**Assignment**
Please print the entries below exactly, from the line with "v13 (19.05,0,26.9875)" through the line with "e22 e23 -e24]", including both of those lines and leaving out all others.

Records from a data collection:
■ ■ ■ ■ ■

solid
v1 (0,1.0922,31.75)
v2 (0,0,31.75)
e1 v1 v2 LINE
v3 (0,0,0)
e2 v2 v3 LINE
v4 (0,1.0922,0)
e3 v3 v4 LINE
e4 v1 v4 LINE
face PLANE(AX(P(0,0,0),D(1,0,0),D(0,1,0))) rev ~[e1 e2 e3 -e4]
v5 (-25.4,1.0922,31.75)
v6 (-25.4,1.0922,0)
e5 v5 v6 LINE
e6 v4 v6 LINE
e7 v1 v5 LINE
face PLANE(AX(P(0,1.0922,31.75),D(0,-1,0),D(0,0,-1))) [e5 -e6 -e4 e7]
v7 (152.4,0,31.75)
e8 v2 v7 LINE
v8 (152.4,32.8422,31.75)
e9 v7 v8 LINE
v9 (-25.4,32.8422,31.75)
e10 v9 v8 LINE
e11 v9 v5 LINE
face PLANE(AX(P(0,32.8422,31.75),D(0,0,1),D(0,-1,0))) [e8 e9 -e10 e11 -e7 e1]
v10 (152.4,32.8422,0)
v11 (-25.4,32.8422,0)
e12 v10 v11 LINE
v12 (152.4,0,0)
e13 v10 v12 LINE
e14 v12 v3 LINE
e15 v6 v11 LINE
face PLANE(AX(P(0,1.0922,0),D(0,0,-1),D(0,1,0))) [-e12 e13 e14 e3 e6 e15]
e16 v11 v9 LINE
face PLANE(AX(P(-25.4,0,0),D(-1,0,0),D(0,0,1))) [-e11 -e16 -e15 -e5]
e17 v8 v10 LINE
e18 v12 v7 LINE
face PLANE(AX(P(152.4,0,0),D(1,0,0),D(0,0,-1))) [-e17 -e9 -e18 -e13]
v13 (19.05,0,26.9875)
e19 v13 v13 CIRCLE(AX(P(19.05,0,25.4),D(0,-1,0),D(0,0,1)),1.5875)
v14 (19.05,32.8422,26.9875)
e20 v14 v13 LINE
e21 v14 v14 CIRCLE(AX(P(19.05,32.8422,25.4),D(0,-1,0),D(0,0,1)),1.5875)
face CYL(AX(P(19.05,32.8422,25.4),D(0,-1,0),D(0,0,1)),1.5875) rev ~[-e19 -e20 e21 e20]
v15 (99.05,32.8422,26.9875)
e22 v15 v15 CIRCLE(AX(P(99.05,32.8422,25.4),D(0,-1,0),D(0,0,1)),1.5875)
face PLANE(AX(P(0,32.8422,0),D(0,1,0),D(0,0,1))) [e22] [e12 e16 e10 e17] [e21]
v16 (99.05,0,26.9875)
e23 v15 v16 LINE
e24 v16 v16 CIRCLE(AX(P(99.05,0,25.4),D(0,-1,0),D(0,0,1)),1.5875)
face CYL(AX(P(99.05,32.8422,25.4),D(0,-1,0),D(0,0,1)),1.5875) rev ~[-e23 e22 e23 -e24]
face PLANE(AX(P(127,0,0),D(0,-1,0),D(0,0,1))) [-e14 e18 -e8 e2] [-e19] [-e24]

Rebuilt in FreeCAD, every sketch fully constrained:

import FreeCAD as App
import Part
import Sketcher
from FreeCAD import Vector
Q = App.Units.Quantity


def add_polygon(sketch, points):
    """Adds a closed chain of lines whose ends are joined by coincident constraints."""
    first, n = sketch.GeometryCount, len(points)
    for a, b in zip(points, points[1:] + points[:1]):
        sketch.addGeometry(Part.LineSegment(App.Vector(*a, 0), App.Vector(*b, 0)), False)
    for i in range(n):
        sketch.addConstraint(Sketcher.Constraint("Coincident", first + i, 2, first + (i + 1) % n, 1))

doc = App.newDocument("Part")
params = doc.addObject("Spreadsheet::Sheet", "Params")
for row, (alias, value) in enumerate([
    ("sketch1_height", "1.25 in"),
    ("sketch1_width", "1.293 in"),
    ("pad1_length", "5 in"),
    ("sketch2_diameter", "0.125 in"),
    ("hole_diameter", "0.125 in"),
    ("sketch3_height", "1.25 in"),
    ("sketch3_width", "1.293 in"),
    ("pad2_length", "1 in"),
    ("sketch4_width", "1.25 in"),
    ("pad3_length", "1 in"),
], start=1):
    params.set(f"A{row}", alias)
    params.set(f"B{row}", "=" + value)
    params.setAlias(f"B{row}", alias)

body = doc.addObject("PartDesign::Body", "Body")

# Sketch on YZ plane
sketch1 = body.newObject("Sketcher::SketchObject", "Sketch")
sketch1.AttachmentSupport = (doc.getObject("YZ_Plane"), [""])
sketch1.MapMode = "FlatFace"
add_polygon(sketch1, [(0, 32), (0, 0), (33, 0), (33, 32)])  # lines 0-3
sketch1.addConstraint([
    Sketcher.Constraint("Vertical", 0),
    Sketcher.Constraint("Horizontal", 1),
    Sketcher.Constraint("Vertical", 2),
    Sketcher.Constraint("Horizontal", 3),
    Sketcher.Constraint("Coincident", 0, 2, -1, 1),
    Sketcher.Constraint("DistanceY", 0, 2, 0, 1, Q("1.25 in")),
    Sketcher.Constraint("DistanceX", 1, 1, 1, 2, Q("1.293 in")),
])
sketch1.setExpression("Constraints[9]", "Params.sketch1_height")
sketch1.setExpression("Constraints[10]", "Params.sketch1_width")
pad1 = body.newObject("PartDesign::Pad", "Pad")
pad1.Profile = sketch1
pad1.setExpression("Length", "Params.pad1_length")

# Sketch on XZ plane
sketch2 = body.newObject("Sketcher::SketchObject", "Sketch001")
sketch2.AttachmentSupport = (doc.getObject("XZ_Plane"), [""])
sketch2.MapMode = "FlatFace"
sketch2.AttachmentOffset = App.Placement(Vector(0, 0, -1.293 * 25.4), App.Rotation())
sketch2.addGeometry([
    Part.Circle(Vector(19.1, 25.4, 0), Vector(0, 0, 1), 1.6),
    Part.Circle(Vector(99, 25.4, 0), Vector(0, 0, 1), 1.6),
], False)
sketch2.addConstraint([
    Sketcher.Constraint("Equal", 0, 1),
    Sketcher.Constraint("Horizontal", 0, 3, 1, 3),
    Sketcher.Constraint("Diameter", 0, Q("0.125 in")),
    Sketcher.Constraint("DistanceY", -1, 1, 0, 3, Q("1 in")),
    Sketcher.Constraint("DistanceX", -1, 1, 0, 3, Q("0.75 in")),
    Sketcher.Constraint("DistanceX", -1, 1, 1, 3, Q("3.8996 in")),
])
sketch2.setExpression("Constraints[2]", "Params.sketch2_diameter")
doc.recompute()
hole = body.newObject("PartDesign::Hole", "Hole")
hole.Profile = sketch2
hole.ThreadType = "None"
hole.setExpression("Diameter", "Params.hole_diameter")
hole.DepthType = "ThroughAll"
hole.Reversed = True

# Sketch on YZ plane
sketch3 = body.newObject("Sketcher::SketchObject", "Sketch002")
sketch3.AttachmentSupport = (doc.getObject("YZ_Plane"), [""])
sketch3.MapMode = "FlatFace"
sketch3.AttachmentOffset = App.Placement(Vector(0, 0, 5 * 25.4), App.Rotation())
add_polygon(sketch3, [(33, 0), (33, 32), (0, 32), (0, 0)])  # lines 0-3
sketch3.addConstraint([
    Sketcher.Constraint("Vertical", 0),
    Sketcher.Constraint("Horizontal", 1),
    Sketcher.Constraint("Vertical", 2),
    Sketcher.Constraint("Horizontal", 3),
    Sketcher.Constraint("Coincident", 2, 2, -1, 1),
    Sketcher.Constraint("DistanceY", 0, 1, 0, 2, Q("1.25 in")),
    Sketcher.Constraint("DistanceX", 1, 2, 1, 1, Q("1.293 in")),
])
sketch3.setExpression("Constraints[9]", "Params.sketch3_height")
sketch3.setExpression("Constraints[10]", "Params.sketch3_width")
pad2 = body.newObject("PartDesign::Pad", "Pad001")
pad2.Profile = sketch3
pad2.setExpression("Length", "Params.pad2_length")

# Sketch on YZ plane
sketch4 = body.newObject("Sketcher::SketchObject", "Sketch003")
sketch4.AttachmentSupport = (doc.getObject("YZ_Plane"), [""])
sketch4.MapMode = "FlatFace"
add_polygon(sketch4, [(33, 32), (33, 0), (1, 0), (1, 32)])  # lines 0-3
sketch4.addConstraint([
    Sketcher.Constraint("Vertical", 0),
    Sketcher.Constraint("Horizontal", 1),
    Sketcher.Constraint("Vertical", 2),
    Sketcher.Constraint("Horizontal", 3),
    Sketcher.Constraint("PointOnObject", 0, 2, -1),
    Sketcher.Constraint("Equal", 3, 0),
    Sketcher.Constraint("DistanceX", 1, 2, 1, 1, Q("1.25 in")),
    Sketcher.Constraint("DistanceX", -1, 1, 0, 2, Q("1.293 in")),
])
sketch4.setExpression("Constraints[10]", "Params.sketch4_width")
pad3 = body.newObject("PartDesign::Pad", "Pad002")
pad3.Profile = sketch4
pad3.setExpression("Length", "Params.pad3_length")
pad3.Reversed = True

doc.recompute()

■ ■ ■ ■ ■

**Reply to the exercise**
v13 (19.05,0,26.9875)
e19 v13 v13 CIRCLE(AX(P(19.05,0,25.4),D(0,-1,0),D(0,0,1)),1.5875)
v14 (19.05,32.8422,26.9875)
e20 v14 v13 LINE
e21 v14 v14 CIRCLE(AX(P(19.05,32.8422,25.4),D(0,-1,0),D(0,0,1)),1.5875)
face CYL(AX(P(19.05,32.8422,25.4),D(0,-1,0),D(0,0,1)),1.5875) rev ~[-e19 -e20 e21 e20]
v15 (99.05,32.8422,26.9875)
e22 v15 v15 CIRCLE(AX(P(99.05,32.8422,25.4),D(0,-1,0),D(0,0,1)),1.5875)
face PLANE(AX(P(0,32.8422,0),D(0,1,0),D(0,0,1))) [e22] [e12 e16 e10 e17] [e21]
v16 (99.05,0,26.9875)
e23 v15 v16 LINE
e24 v16 v16 CIRCLE(AX(P(99.05,0,25.4),D(0,-1,0),D(0,0,1)),1.5875)
face CYL(AX(P(99.05,32.8422,25.4),D(0,-1,0),D(0,0,1)),1.5875) rev ~[-e23 e22 e23 -e24]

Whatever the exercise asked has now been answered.